Are you tired of the pandemic? I sure am. It has been a long, difficult road from what was initially supposed to be a couple of weeks to what is now turning into years. Social isolation brings with it challenges that are insidiously and invisibly heavy. In theory, it's easy. Just stay home and binge-watch every show you had ever wanted. How many memes are out there extolling the simplicity of social distancing?

The truth? It's much more complicated that that. We are social animals. This means that our mental and physical wellbeing are linked to connection with others; emotionally and physically. We crave touch because it is good for us. It improves our immune system, increases our sense of belonging and security, builds trust and relationships, while decreasing stress and violence (Keltner, 2010). What greater pain can there be for a social animal than to be isolated from their kin for extended periods of time?

The pain you are feeling as we move into the second year of the pandemic is very real. The suffering is intense. If you are struggling, it's not because you are weak. It's because our wellbeing is literally in the hands of others.

As I reflect on the times we are living in, I am reminded of this exchange from Lord of the Rings:

Frodo: "I wish the ring had never come to me. I wish none of this had happened".

Gandalf: "So do all who live to see such times, but that is not for them to decide. All we

have to decide is what to do with the time that is given to us."

No-one would wish to continue with fear, uncertainty, increasingly disparate viewpoints while our most powerful mechanism for stress reduction is denied. These are the times we were given. We must each decide how to move through the best we can, honouring our values, our families, and our communities. We will get through, not unscathed, but perhaps with the grace of knowing that we are investing in the future hugs, kisses, and of all those beloved to us.

Touch Hunger is Real

So what can you do to manage your touch hunger?

  1. Be easy on yourself. Acknowledge that there are going to be hard days. In those moments offer yourself what care you can including physical comforts such as clean sheets, the snuggles of pets, and a shower. It doesn't replace what you need, but can take the edge off enough to continue on.

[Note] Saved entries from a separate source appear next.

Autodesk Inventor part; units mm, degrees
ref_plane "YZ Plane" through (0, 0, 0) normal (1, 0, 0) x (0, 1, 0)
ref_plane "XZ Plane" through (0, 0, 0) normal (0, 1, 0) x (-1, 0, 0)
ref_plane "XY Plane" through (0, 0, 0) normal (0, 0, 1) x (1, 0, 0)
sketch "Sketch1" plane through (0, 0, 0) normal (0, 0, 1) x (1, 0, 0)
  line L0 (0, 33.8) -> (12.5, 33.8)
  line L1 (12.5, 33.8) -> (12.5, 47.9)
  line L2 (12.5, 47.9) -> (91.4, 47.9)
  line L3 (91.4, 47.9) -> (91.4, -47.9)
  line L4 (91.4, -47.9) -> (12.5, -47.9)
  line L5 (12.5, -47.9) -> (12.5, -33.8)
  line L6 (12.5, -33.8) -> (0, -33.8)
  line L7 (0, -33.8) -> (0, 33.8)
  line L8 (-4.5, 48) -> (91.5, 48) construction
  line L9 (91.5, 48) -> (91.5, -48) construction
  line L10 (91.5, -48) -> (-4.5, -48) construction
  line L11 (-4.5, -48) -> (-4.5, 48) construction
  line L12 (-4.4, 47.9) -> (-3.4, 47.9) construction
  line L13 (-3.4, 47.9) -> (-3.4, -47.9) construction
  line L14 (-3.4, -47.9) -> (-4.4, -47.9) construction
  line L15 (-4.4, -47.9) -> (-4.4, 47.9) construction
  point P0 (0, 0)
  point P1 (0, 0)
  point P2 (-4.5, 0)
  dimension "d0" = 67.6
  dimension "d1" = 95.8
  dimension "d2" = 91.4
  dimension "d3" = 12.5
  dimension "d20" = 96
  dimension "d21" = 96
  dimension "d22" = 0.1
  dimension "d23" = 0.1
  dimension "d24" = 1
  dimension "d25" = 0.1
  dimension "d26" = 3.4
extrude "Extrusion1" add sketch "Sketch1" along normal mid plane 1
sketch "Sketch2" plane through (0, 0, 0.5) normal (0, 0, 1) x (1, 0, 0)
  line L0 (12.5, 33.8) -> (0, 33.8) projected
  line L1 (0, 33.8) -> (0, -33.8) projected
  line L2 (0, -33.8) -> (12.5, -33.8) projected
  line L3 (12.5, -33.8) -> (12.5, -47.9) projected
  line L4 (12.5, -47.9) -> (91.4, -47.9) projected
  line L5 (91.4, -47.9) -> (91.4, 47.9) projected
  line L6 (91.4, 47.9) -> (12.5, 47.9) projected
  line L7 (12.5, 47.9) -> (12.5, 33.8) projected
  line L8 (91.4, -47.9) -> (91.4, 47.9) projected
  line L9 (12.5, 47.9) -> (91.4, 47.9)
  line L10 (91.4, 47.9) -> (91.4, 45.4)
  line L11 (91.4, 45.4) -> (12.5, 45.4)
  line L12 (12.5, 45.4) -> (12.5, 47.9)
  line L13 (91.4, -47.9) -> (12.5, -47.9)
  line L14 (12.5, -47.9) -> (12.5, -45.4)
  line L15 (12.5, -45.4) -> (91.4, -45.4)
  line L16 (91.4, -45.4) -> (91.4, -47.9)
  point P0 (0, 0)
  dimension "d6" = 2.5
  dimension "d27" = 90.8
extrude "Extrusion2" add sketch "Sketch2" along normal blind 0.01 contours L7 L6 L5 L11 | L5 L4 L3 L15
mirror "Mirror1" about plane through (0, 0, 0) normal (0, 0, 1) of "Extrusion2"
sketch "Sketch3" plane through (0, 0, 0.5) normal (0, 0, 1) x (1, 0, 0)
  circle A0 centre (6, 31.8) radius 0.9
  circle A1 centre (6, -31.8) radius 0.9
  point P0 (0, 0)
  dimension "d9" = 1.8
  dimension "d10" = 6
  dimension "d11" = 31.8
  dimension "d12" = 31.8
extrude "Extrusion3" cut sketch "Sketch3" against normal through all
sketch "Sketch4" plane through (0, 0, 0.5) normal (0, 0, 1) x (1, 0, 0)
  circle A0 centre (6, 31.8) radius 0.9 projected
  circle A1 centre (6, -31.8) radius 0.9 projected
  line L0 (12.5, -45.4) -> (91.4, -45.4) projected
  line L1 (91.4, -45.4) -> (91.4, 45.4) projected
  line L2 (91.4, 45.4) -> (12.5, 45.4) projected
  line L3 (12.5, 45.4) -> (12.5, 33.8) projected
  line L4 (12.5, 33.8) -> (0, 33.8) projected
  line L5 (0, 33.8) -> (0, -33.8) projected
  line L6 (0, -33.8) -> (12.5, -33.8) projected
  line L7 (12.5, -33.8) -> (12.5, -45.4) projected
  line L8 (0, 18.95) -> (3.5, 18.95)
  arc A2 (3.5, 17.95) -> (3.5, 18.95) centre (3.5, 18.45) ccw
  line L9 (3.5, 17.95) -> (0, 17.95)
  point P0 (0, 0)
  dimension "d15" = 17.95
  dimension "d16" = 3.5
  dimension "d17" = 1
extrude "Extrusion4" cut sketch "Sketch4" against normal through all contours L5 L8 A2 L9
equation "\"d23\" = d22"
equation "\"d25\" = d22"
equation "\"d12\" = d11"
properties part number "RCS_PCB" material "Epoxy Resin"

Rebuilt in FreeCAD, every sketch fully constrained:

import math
import FreeCAD as App
import Part
import Sketcher

doc = App.newDocument("Part")
body = doc.addObject("PartDesign::Body", "Body")

sketch1 = body.newObject("Sketcher::SketchObject", "Sketch")
sketch1.AttachmentSupport = (doc.getObject("XY_Plane"), [""])
sketch1.MapMode = "FlatFace"
sketch1.addGeometry(Part.LineSegment(App.Vector(12, 34, 0), App.Vector(0, 34, 0)), False)
sketch1.addGeometry(Part.LineSegment(App.Vector(0, 34, 0), App.Vector(0, -34, 0)), False)
sketch1.addGeometry(Part.LineSegment(App.Vector(0, -34, 0), App.Vector(12, -34, 0)), False)
sketch1.addGeometry(Part.LineSegment(App.Vector(12, -34, 0), App.Vector(12, -48, 0)), False)
sketch1.addGeometry(Part.LineSegment(App.Vector(12, -48, 0), App.Vector(91, -48, 0)), False)
sketch1.addGeometry(Part.LineSegment(App.Vector(91, -48, 0), App.Vector(91, 48, 0)), False)
sketch1.addGeometry(Part.LineSegment(App.Vector(91, 48, 0), App.Vector(12, 48, 0)), False)
sketch1.addGeometry(Part.LineSegment(App.Vector(12, 48, 0), App.Vector(12, 34, 0)), False)
sketch1.addConstraint(Sketcher.Constraint("Coincident", 0, 2, 1, 1))
sketch1.addConstraint(Sketcher.Constraint("Coincident", 1, 2, 2, 1))
sketch1.addConstraint(Sketcher.Constraint("Coincident", 2, 2, 3, 1))
sketch1.addConstraint(Sketcher.Constraint("Coincident", 3, 2, 4, 1))
sketch1.addConstraint(Sketcher.Constraint("Coincident", 4, 2, 5, 1))
sketch1.addConstraint(Sketcher.Constraint("Coincident", 5, 2, 6, 1))
sketch1.addConstraint(Sketcher.Constraint("Coincident", 6, 2, 7, 1))
sketch1.addConstraint(Sketcher.Constraint("Coincident", 7, 2, 0, 1))
sketch1.addConstraint(Sketcher.Constraint("Horizontal", 0))
sketch1.addConstraint(Sketcher.Constraint("Vertical", 1))
sketch1.addConstraint(Sketcher.Constraint("Horizontal", 2))
sketch1.addConstraint(Sketcher.Constraint("Vertical", 3))
sketch1.addConstraint(Sketcher.Constraint("Horizontal", 4))
sketch1.addConstraint(Sketcher.Constraint("Vertical", 5))
sketch1.addConstraint(Sketcher.Constraint("Horizontal", 6))
sketch1.addConstraint(Sketcher.Constraint("Vertical", 7))
sketch1.addConstraint(Sketcher.Constraint("Symmetric", 0, 2, 1, 2, -1, 1))
sketch1.addConstraint(Sketcher.Constraint("Symmetric", 3, 2, 6, 2, -1))
sketch1.addConstraint(Sketcher.Constraint("DistanceX", 0, 2, 0, 1, 12.5))
sketch1.addConstraint(Sketcher.Constraint("DistanceY", 1, 2, 1, 1, 67.6))
sketch1.addConstraint(Sketcher.Constraint("DistanceY", 5, 1, 5, 2, 95.8))
sketch1.addConstraint(Sketcher.Constraint("DistanceX", -1, 1, 4, 2, 91.4))
pad1 = body.newObject("PartDesign::Pad", "Pad")
pad1.Profile = sketch1
pad1.Length = 1
pad1.Midplane = True

sketch2 = body.newObject("Sketcher::SketchObject", "Sketch001")
sketch2.AttachmentSupport = (doc.getObject("XY_Plane"), [""])
sketch2.MapMode = "FlatFace"
sketch2.AttachmentOffset = App.Placement(App.Vector(0, 0, 0.5), App.Rotation())
sketch2.addGeometry(Part.LineSegment(App.Vector(12.5, 47.9, 0), App.Vector(12.5, 45.4, 0)), False)
sketch2.addGeometry(Part.LineSegment(App.Vector(12.5, 45.4, 0), App.Vector(91.4, 45.4, 0)), False)
sketch2.addGeometry(Part.LineSegment(App.Vector(91.4, 45.4, 0), App.Vector(91.4, 47.9, 0)), False)
sketch2.addGeometry(Part.LineSegment(App.Vector(91.4, 47.9, 0), App.Vector(12.5, 47.9, 0)), False)
sketch2.addGeometry(Part.LineSegment(App.Vector(91.4, -47.9, 0), App.Vector(91.4, -45.4, 0)), False)
sketch2.addGeometry(Part.LineSegment(App.Vector(91.4, -45.4, 0), App.Vector(12.5, -45.4, 0)), False)
sketch2.addGeometry(Part.LineSegment(App.Vector(12.5, -45.4, 0), App.Vector(12.5, -47.9, 0)), False)
sketch2.addGeometry(Part.LineSegment(App.Vector(12.5, -47.9, 0), App.Vector(91.4, -47.9, 0)), False)
sketch2.addConstraint(Sketcher.Constraint("Coincident", 0, 2, 1, 1))
sketch2.addConstraint(Sketcher.Constraint("Coincident", 1, 2, 2, 1))
sketch2.addConstraint(Sketcher.Constraint("Coincident", 2, 2, 3, 1))
sketch2.addConstraint(Sketcher.Constraint("Coincident", 3, 2, 0, 1))
sketch2.addConstraint(Sketcher.Constraint("Coincident", 4, 2, 5, 1))
sketch2.addConstraint(Sketcher.Constraint("Coincident", 5, 2, 6, 1))
sketch2.addConstraint(Sketcher.Constraint("Coincident", 6, 2, 7, 1))
sketch2.addConstraint(Sketcher.Constraint("Coincident", 7, 2, 4, 1))
sketch2.addConstraint(Sketcher.Constraint("Vertical", 0))
sketch2.addConstraint(Sketcher.Constraint("Horizontal", 1))
sketch2.addConstraint(Sketcher.Constraint("Vertical", 2))
sketch2.addConstraint(Sketcher.Constraint("Horizontal", 3))
sketch2.addConstraint(Sketcher.Constraint("Vertical", 4))
sketch2.addConstraint(Sketcher.Constraint("Horizontal", 5))
sketch2.addConstraint(Sketcher.Constraint("Vertical", 6))
sketch2.addConstraint(Sketcher.Constraint("Horizontal", 7))
sketch2.addConstraint(Sketcher.Constraint("Symmetric", 1, 2, 4, 2, -1))
sketch2.addConstraint(Sketcher.Constraint("Symmetric", 3, 2, 6, 2, -1))
sketch2.addConstraint(Sketcher.Constraint("DistanceY", 0, 2, 0, 1, 2.5))
sketch2.addConstraint(Sketcher.Constraint("DistanceY", 4, 2, 1, 2, 90.8))
sketch2.addConstraint(Sketcher.Constraint("DistanceX", 1, 1, 1, 2, 78.9))
sketch2.addConstraint(Sketcher.Constraint("DistanceX", -1, 1, 0, 2, 12.5))
pad2 = body.newObject("PartDesign::Pad", "Pad001")
pad2.Profile = sketch2
pad2.Length = 0.01
doc.recompute()

mirrored = body.newObject("PartDesign::Mirrored", "Mirrored")
mirrored.Originals = [pad2]
mirrored.MirrorPlane = (doc.getObject("XY_Plane"), [""])
body.Tip = mirrored

sketch3 = body.newObject("Sketcher::SketchObject", "Sketch002")
sketch3.AttachmentSupport = (doc.getObject("XY_Plane"), [""])
sketch3.MapMode = "FlatFace"
sketch3.AttachmentOffset = App.Placement(App.Vector(0, 0, 0.5), App.Rotation())
sketch3.addGeometry(Part.Circle(App.Vector(6, 31.8, 0), App.Vector(0, 0, 1), 0.9), False)
sketch3.addGeometry(Part.Circle(App.Vector(6, -31.8, 0), App.Vector(0, 0, 1), 0.9), False)
sketch3.addConstraint(Sketcher.Constraint("Equal", 0, 1))
sketch3.addConstraint(Sketcher.Constraint("Symmetric", 0, 3, 1, 3, -1))
sketch3.addConstraint(Sketcher.Constraint("Diameter", 0, 1.8))
sketch3.addConstraint(Sketcher.Constraint("DistanceX", -1, 1, 0, 3, 6.0))
sketch3.addConstraint(Sketcher.Constraint("DistanceY", -1, 1, 0, 3, 31.8))
pocket1 = body.newObject("PartDesign::Pocket", "Pocket")
pocket1.Profile = sketch3
pocket1.Type = "ThroughAll"

sketch4 = body.newObject("Sketcher::SketchObject", "Sketch003")
sketch4.AttachmentSupport = (doc.getObject("XY_Plane"), [""])
sketch4.MapMode = "FlatFace"
sketch4.AttachmentOffset = App.Placement(App.Vector(0, 0, 0.5), App.Rotation())
sketch4.addGeometry(Part.LineSegment(App.Vector(0, 18.9, 0), App.Vector(0, 17.9, 0)), False)
sketch4.addGeometry(Part.LineSegment(App.Vector(0, 17.9, 0), App.Vector(3.5, 17.9, 0)), False)
sketch4.addGeometry(Part.ArcOfCircle(Part.Circle(App.Vector(3.5, 18.4, 0), App.Vector(0, 0, 1), 0.5), math.radians(-90), math.radians(90)), False)
sketch4.addGeometry(Part.LineSegment(App.Vector(3.5, 18.9, 0), App.Vector(0, 18.9, 0)), False)
sketch4.addConstraint(Sketcher.Constraint("Coincident", 0, 2, 1, 1))
sketch4.addConstraint(Sketcher.Constraint("Tangent", 1, 2, 2, 1))
sketch4.addConstraint(Sketcher.Constraint("Tangent", 2, 2, 3, 1))
sketch4.addConstraint(Sketcher.Constraint("Coincident", 3, 2, 0, 1))
sketch4.addConstraint(Sketcher.Constraint("Vertical", 0))
sketch4.addConstraint(Sketcher.Constraint("Horizontal", 1))
sketch4.addConstraint(Sketcher.Constraint("Horizontal", 3))
sketch4.addConstraint(Sketcher.Constraint("PointOnObject", 0, 2, -2))
sketch4.addConstraint(Sketcher.Constraint("Radius", 2, 0.5))
sketch4.addConstraint(Sketcher.Constraint("DistanceX", 1, 1, 1, 2, 3.5))
sketch4.addConstraint(Sketcher.Constraint("DistanceY", -1, 1, 0, 2, 17.95))
pocket2 = body.newObject("PartDesign::Pocket", "Pocket001")
pocket2.Profile = sketch4
pocket2.Type = "ThroughAll"

doc.recompute()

  2. When appropriate and if possible engage in the touch you can such as massages.

  3. Allow yourself to grieve the loss of physical intimacy. Cry if you need to (crying also releases stress-reducing hormones).

  4. Be intimate in the ways that are safe. Again, it is not the same as touch, however talking to a friend, zooming with a friend, or texting with a colleague can alleviate the edges of the deep loneliness

  5. Remember that loneliness is part of the human condition. We all face times of solitude, as painful as those times can be.

Take care dear ones. These times will transition into something new. Change is inevitable. In the meantime be extra kind to yourself.